● **Task objective**
From the data below, return the exact lines starting at the line containing "#105=LINE('',#101,#29);" and ending at the line containing "#135=ORIENTED_EDGE('',*,*,#64,.F.);", both included, and nothing else.

[Saved entries]

__________

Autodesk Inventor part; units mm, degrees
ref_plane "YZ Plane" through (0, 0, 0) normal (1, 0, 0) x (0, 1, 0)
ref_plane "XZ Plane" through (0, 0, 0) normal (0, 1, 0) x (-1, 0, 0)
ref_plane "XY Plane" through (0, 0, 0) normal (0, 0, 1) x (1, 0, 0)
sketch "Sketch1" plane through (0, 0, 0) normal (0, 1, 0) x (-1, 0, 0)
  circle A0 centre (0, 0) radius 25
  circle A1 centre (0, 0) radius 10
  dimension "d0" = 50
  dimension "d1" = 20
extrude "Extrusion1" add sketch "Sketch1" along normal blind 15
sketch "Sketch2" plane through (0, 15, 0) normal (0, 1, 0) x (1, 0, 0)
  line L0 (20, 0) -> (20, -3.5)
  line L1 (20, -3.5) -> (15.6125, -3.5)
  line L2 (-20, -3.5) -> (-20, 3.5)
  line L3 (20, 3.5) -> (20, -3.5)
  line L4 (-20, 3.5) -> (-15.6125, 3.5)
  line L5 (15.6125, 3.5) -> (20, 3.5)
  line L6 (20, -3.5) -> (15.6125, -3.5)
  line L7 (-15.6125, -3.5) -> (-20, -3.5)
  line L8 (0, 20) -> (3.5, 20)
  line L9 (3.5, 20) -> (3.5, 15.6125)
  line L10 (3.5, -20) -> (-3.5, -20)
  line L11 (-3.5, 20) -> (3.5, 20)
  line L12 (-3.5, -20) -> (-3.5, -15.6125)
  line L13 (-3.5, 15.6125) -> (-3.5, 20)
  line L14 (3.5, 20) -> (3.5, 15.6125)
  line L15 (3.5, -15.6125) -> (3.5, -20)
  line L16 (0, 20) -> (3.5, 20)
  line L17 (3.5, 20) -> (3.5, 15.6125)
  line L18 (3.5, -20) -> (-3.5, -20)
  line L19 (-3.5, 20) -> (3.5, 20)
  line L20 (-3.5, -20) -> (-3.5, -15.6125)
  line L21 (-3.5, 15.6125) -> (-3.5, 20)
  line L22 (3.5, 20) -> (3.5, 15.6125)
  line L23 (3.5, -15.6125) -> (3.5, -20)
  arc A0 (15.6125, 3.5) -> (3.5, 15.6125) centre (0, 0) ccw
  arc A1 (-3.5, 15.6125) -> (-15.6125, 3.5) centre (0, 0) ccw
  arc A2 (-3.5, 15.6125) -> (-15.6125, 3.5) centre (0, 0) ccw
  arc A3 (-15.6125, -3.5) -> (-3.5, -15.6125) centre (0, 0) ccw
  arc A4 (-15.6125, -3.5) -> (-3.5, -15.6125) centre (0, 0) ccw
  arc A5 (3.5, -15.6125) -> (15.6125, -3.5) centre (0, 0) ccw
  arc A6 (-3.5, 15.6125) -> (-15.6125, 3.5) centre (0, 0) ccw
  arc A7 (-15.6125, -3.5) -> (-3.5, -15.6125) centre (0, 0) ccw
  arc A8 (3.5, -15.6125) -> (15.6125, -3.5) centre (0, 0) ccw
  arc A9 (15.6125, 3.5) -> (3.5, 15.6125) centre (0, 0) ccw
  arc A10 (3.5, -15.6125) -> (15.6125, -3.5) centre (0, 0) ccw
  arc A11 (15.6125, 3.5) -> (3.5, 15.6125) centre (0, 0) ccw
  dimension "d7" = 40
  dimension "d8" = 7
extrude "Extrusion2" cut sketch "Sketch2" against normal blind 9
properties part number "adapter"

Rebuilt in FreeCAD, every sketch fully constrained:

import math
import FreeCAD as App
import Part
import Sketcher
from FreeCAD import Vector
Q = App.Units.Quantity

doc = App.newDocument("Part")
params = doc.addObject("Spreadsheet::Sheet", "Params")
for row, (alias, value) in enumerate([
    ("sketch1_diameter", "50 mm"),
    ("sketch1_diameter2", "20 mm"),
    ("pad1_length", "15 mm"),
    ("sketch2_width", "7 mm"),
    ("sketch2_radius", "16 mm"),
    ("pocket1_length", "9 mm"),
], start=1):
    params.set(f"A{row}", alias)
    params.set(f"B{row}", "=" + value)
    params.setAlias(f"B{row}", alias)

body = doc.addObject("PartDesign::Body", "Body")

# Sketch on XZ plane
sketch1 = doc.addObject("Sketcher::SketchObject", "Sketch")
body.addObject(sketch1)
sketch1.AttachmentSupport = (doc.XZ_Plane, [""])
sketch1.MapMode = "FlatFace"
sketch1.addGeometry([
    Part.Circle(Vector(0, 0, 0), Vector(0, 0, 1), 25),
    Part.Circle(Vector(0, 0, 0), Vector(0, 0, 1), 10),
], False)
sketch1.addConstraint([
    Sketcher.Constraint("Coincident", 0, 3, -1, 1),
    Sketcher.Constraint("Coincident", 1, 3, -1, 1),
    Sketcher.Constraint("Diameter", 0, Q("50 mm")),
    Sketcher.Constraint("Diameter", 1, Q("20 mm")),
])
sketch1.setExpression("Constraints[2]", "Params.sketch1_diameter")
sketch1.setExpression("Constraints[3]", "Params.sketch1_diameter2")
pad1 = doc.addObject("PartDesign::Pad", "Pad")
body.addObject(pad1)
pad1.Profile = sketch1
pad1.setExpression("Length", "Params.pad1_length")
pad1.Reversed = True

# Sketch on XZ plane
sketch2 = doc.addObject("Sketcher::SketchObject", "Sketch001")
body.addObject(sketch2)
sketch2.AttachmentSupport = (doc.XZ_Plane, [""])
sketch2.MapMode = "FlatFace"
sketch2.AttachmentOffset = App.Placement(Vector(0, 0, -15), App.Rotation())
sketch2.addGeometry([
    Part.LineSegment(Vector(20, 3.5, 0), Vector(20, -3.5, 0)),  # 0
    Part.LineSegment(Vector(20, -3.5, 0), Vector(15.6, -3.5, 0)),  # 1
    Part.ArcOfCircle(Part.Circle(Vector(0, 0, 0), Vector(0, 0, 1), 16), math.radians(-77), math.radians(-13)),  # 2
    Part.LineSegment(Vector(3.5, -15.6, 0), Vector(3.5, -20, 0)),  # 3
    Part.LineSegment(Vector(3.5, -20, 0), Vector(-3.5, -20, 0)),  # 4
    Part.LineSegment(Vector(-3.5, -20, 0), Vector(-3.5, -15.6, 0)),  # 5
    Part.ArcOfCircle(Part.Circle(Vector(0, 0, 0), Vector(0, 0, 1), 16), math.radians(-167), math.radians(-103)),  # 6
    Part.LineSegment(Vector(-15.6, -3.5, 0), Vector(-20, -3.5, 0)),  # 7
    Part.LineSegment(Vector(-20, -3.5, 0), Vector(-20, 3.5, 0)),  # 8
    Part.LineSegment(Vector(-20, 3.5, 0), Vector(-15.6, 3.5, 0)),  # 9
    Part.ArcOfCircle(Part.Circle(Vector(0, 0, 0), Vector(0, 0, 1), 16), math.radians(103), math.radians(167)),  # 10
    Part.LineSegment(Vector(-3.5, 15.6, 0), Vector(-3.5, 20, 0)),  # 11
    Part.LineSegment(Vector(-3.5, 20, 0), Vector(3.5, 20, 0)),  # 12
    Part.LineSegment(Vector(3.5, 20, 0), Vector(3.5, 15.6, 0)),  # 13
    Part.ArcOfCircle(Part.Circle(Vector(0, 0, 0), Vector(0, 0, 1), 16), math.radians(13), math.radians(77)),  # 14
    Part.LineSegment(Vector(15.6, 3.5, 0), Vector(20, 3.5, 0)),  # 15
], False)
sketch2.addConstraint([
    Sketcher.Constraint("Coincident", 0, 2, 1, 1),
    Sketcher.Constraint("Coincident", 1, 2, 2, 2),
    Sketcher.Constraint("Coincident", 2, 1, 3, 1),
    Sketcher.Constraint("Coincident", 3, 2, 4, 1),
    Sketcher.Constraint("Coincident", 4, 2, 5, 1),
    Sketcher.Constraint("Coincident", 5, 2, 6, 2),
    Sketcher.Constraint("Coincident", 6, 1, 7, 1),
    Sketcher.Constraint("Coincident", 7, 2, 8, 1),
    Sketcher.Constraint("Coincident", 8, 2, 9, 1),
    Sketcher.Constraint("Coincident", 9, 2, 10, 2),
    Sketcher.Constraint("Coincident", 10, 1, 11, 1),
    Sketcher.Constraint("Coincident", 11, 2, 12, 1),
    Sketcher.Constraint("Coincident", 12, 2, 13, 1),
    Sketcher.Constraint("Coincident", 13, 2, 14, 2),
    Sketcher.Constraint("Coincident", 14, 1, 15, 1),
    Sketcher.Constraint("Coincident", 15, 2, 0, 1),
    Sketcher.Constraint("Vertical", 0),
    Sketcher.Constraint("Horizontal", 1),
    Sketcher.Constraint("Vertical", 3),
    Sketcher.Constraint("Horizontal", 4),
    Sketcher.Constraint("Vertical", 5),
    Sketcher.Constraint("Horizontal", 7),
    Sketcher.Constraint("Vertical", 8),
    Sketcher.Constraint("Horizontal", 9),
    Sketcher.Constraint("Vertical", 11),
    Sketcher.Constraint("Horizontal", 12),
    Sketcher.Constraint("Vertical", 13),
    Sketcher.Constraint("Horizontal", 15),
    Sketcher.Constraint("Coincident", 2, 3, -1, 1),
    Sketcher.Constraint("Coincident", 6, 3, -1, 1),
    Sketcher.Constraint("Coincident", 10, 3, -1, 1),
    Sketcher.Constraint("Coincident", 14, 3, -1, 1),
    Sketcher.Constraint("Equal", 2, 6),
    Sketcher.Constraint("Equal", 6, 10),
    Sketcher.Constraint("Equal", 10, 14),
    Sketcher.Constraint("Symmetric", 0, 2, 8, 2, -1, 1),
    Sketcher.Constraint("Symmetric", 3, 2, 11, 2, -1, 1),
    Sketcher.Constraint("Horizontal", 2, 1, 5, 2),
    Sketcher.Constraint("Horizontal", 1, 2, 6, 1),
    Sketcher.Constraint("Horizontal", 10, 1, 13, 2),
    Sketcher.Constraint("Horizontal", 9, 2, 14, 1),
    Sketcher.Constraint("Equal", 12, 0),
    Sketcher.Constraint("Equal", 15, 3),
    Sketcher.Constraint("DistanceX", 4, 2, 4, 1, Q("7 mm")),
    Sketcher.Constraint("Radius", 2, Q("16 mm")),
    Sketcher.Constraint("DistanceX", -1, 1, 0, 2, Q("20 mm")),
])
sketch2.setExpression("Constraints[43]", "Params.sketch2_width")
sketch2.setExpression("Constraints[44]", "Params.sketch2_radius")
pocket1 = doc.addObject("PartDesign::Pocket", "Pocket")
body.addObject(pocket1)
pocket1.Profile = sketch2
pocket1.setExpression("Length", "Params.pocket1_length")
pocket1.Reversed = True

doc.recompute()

__________

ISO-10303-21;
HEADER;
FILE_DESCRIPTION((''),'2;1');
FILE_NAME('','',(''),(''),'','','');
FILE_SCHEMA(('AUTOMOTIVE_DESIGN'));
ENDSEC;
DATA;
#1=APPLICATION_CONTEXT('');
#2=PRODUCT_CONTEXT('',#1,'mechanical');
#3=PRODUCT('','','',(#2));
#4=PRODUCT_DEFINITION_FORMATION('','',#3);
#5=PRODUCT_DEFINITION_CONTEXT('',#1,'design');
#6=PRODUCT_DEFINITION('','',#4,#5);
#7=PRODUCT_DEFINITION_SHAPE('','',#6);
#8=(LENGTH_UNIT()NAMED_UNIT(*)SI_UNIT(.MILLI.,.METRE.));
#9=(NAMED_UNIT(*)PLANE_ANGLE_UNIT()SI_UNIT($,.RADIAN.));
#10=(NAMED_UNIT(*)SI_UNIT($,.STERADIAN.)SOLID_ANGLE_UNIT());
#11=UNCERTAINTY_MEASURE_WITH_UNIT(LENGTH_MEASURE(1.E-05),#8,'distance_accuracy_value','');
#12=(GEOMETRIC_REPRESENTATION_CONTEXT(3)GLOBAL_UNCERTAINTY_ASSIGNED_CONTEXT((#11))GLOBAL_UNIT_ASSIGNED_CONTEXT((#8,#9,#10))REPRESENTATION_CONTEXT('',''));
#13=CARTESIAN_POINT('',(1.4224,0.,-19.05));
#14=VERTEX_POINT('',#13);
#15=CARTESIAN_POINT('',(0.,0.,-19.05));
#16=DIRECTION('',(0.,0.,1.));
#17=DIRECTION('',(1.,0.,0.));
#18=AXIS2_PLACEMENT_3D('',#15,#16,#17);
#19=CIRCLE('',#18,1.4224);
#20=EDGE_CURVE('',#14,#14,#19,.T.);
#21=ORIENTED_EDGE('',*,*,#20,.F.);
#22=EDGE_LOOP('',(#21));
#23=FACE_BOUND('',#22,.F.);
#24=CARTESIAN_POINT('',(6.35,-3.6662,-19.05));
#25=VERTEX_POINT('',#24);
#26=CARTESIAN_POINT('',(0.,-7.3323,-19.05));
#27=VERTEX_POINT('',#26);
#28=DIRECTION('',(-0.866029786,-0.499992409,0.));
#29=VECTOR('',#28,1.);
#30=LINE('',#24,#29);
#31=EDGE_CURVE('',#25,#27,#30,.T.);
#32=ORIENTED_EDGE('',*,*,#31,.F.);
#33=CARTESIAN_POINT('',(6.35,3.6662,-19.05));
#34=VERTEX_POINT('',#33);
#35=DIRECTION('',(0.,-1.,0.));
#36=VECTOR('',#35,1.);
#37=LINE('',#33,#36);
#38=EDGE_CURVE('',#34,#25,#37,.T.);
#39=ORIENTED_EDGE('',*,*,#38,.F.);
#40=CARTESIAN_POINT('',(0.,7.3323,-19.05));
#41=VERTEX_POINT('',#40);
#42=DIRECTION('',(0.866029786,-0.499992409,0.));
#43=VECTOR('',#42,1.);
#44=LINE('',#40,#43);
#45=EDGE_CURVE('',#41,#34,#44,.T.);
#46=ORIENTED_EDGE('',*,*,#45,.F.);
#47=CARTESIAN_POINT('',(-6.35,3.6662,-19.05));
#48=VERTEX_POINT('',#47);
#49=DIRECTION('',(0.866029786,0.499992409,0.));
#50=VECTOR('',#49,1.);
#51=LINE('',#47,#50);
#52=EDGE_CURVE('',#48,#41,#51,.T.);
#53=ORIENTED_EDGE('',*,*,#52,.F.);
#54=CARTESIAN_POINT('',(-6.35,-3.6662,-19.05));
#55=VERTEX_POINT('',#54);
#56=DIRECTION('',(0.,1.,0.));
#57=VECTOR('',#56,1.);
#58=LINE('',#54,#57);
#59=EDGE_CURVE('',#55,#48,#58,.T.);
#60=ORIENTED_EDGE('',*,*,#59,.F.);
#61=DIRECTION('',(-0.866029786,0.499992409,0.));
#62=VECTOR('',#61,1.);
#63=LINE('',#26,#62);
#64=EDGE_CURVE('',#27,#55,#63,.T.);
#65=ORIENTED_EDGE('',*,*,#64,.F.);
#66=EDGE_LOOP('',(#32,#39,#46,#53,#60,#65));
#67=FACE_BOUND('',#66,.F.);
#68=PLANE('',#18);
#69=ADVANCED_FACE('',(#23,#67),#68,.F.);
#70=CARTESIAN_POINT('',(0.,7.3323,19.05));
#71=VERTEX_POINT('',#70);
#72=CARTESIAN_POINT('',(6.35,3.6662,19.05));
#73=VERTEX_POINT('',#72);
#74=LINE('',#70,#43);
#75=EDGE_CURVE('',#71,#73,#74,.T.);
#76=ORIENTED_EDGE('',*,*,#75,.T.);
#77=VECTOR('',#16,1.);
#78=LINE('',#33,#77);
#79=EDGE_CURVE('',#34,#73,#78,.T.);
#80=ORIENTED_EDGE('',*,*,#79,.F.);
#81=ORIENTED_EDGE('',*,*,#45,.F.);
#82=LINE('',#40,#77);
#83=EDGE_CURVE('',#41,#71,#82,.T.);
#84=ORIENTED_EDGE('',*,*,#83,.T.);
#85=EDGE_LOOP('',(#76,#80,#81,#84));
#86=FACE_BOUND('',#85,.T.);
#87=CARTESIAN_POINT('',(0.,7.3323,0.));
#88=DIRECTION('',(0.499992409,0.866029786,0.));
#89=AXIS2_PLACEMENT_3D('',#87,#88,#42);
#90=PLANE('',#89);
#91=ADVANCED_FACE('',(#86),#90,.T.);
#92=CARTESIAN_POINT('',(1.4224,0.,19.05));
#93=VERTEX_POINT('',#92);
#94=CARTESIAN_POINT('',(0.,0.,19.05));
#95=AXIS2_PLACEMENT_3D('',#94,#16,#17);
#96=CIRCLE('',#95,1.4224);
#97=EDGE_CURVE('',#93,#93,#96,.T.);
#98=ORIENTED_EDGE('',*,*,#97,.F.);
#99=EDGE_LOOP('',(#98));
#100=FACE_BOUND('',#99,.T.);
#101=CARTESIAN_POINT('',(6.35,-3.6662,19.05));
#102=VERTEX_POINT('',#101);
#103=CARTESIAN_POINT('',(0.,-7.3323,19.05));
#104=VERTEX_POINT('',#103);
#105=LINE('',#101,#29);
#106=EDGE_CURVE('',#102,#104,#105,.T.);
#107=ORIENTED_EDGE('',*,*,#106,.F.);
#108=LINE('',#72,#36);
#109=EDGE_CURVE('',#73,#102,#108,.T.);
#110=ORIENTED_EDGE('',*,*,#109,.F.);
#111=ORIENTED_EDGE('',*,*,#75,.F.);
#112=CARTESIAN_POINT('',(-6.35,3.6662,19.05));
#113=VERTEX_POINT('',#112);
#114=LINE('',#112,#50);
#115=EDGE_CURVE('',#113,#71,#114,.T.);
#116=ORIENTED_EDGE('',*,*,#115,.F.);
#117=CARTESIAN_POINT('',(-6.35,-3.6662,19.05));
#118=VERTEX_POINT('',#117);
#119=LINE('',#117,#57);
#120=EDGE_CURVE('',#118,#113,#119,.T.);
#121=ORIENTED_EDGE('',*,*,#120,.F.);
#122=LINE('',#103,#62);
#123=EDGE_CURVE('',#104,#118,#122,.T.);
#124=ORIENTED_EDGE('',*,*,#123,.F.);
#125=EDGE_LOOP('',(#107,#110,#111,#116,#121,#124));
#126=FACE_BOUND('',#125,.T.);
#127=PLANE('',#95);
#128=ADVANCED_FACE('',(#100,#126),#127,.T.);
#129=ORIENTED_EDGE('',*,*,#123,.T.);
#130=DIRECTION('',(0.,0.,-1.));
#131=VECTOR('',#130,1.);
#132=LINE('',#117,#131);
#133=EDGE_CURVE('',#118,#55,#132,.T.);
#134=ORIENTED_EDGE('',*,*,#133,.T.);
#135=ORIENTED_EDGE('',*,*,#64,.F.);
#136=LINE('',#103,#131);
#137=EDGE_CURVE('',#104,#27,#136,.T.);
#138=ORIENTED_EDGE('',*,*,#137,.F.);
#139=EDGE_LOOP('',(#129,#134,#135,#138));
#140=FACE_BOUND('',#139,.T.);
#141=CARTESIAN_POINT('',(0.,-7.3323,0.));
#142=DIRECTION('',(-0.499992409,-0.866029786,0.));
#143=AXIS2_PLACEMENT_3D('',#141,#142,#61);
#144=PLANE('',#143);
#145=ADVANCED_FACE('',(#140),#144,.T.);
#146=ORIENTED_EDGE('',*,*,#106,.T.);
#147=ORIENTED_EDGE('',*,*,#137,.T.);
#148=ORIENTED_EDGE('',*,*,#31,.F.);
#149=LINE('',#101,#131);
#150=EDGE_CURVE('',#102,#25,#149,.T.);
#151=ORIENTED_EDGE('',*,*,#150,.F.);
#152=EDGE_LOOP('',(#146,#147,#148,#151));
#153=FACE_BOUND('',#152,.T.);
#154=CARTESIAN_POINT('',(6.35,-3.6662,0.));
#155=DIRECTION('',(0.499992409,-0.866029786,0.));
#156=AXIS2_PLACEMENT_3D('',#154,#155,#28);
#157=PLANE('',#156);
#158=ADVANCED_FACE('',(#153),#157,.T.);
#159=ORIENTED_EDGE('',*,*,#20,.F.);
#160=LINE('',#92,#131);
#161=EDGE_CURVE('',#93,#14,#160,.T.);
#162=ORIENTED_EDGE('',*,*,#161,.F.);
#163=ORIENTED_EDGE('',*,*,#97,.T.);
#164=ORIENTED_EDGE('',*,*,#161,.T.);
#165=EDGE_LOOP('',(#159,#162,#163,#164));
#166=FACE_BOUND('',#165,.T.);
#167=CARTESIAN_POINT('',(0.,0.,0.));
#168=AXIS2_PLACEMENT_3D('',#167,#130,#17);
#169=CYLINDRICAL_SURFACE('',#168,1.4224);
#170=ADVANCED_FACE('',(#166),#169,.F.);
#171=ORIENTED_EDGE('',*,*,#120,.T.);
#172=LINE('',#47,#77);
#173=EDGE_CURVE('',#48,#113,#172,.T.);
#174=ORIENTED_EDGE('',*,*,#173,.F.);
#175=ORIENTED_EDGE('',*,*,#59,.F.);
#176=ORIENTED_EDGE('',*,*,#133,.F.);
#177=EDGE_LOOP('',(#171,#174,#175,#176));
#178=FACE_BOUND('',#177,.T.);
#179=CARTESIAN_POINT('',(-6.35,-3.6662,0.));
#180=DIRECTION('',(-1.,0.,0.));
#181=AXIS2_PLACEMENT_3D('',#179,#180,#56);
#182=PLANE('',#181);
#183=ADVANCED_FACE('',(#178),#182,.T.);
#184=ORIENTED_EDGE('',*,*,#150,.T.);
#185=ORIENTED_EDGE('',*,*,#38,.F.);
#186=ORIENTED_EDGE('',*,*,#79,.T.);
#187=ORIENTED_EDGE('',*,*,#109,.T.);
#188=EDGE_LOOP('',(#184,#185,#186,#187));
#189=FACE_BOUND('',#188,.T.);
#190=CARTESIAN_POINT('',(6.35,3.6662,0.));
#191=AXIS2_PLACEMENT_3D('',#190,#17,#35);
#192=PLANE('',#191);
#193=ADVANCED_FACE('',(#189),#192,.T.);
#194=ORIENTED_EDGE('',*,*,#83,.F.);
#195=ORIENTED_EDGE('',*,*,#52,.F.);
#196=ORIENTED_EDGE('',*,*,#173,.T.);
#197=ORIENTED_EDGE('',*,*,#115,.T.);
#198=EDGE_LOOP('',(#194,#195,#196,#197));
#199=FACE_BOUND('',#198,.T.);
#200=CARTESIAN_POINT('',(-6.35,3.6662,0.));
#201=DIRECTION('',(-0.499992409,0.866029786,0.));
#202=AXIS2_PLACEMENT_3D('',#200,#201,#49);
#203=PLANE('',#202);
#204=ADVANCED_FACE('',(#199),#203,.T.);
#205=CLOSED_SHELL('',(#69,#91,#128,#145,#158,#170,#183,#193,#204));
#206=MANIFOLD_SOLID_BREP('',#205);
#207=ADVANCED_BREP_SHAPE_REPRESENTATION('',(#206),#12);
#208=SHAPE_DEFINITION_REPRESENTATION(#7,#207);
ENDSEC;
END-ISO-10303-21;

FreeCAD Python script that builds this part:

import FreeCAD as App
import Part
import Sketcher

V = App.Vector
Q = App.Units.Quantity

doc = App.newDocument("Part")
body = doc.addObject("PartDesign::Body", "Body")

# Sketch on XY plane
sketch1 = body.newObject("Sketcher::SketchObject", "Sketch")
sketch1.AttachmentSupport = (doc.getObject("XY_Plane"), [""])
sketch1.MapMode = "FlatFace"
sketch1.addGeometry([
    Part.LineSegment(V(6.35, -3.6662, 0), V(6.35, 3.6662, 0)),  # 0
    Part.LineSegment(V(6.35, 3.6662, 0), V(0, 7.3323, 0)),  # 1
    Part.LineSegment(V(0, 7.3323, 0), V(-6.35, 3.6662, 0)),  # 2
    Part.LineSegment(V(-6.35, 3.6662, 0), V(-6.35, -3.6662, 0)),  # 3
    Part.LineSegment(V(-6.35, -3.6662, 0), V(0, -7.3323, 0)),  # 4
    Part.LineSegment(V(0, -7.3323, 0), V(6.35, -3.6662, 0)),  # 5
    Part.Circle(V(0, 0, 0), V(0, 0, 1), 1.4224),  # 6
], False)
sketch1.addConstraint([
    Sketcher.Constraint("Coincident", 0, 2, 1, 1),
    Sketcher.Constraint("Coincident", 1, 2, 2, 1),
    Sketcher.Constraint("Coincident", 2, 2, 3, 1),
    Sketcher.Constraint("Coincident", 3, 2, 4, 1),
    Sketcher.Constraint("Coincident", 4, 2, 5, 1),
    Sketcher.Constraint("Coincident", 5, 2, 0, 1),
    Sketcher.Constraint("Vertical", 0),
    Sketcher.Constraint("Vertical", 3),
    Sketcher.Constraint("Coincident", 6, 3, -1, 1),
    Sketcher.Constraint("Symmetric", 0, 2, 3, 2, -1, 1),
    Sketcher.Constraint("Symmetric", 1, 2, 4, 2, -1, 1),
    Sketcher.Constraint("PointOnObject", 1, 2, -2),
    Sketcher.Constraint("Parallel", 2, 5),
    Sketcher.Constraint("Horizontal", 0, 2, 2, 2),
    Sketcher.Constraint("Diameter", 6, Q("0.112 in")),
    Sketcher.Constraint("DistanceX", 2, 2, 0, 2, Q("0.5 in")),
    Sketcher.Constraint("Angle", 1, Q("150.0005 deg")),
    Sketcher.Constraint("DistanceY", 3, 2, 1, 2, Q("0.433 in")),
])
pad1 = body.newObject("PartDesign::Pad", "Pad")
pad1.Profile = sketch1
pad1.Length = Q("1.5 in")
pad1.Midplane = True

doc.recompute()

__________

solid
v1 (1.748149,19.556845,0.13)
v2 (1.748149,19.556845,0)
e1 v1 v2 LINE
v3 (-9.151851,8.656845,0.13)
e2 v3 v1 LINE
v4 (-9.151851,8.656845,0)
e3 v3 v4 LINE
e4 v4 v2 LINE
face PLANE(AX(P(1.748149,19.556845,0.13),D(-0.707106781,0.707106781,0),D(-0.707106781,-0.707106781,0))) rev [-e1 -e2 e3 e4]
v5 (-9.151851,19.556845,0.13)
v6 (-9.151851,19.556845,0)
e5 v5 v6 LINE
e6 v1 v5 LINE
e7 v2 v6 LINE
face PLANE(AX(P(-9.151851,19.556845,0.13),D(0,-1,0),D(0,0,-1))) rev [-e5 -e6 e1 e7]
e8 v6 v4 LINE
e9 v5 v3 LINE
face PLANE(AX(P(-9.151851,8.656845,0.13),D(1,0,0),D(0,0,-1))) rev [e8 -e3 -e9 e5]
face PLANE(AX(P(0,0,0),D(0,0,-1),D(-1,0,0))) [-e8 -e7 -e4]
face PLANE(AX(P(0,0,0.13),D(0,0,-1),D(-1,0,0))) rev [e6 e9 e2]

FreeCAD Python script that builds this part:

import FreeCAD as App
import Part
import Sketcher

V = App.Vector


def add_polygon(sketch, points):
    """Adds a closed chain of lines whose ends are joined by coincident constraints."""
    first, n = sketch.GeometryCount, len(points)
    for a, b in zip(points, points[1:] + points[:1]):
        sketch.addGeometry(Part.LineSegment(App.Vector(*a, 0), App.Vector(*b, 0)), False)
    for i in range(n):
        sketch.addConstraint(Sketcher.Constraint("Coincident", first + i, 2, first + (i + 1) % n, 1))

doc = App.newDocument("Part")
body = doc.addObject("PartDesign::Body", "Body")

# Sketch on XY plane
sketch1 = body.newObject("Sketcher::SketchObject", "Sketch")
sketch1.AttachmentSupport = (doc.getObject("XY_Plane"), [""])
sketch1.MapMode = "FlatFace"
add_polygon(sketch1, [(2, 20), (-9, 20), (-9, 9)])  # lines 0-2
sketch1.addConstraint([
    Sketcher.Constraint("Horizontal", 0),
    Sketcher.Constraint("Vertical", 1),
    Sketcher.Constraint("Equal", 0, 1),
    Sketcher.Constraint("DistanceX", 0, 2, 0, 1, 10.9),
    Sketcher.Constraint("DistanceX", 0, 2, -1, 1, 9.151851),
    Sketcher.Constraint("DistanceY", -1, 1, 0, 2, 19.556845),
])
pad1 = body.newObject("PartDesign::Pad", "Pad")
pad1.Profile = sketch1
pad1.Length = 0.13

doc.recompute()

__________

● **Result of the exercise**
#105=LINE('',#101,#29);
#106=EDGE_CURVE('',#102,#104,#105,.T.);
#107=ORIENTED_EDGE('',*,*,#106,.F.);
#108=LINE('',#72,#36);
#109=EDGE_CURVE('',#73,#102,#108,.T.);
#110=ORIENTED_EDGE('',*,*,#109,.F.);
#111=ORIENTED_EDGE('',*,*,#75,.F.);
#112=CARTESIAN_POINT('',(-6.35,3.6662,19.05));
#113=VERTEX_POINT('',#112);
#114=LINE('',#112,#50);
#115=EDGE_CURVE('',#113,#71,#114,.T.);
#116=ORIENTED_EDGE('',*,*,#115,.F.);
#117=CARTESIAN_POINT('',(-6.35,-3.6662,19.05));
#118=VERTEX_POINT('',#117);
#119=LINE('',#117,#57);
#120=EDGE_CURVE('',#118,#113,#119,.T.);
#121=ORIENTED_EDGE('',*,*,#120,.F.);
#122=LINE('',#103,#62);
#123=EDGE_CURVE('',#104,#118,#122,.T.);
#124=ORIENTED_EDGE('',*,*,#123,.F.);
#125=EDGE_LOOP('',(#107,#110,#111,#116,#121,#124));
#126=FACE_BOUND('',#125,.T.);
#127=PLANE('',#95);
#128=ADVANCED_FACE('',(#100,#126),#127,.T.);
#129=ORIENTED_EDGE('',*,*,#123,.T.);
#130=DIRECTION('',(0.,0.,-1.));
#131=VECTOR('',#130,1.);
#132=LINE('',#117,#131);
#133=EDGE_CURVE('',#118,#55,#132,.T.);
#134=ORIENTED_EDGE('',*,*,#133,.T.);
#135=ORIENTED_EDGE('',*,*,#64,.F.);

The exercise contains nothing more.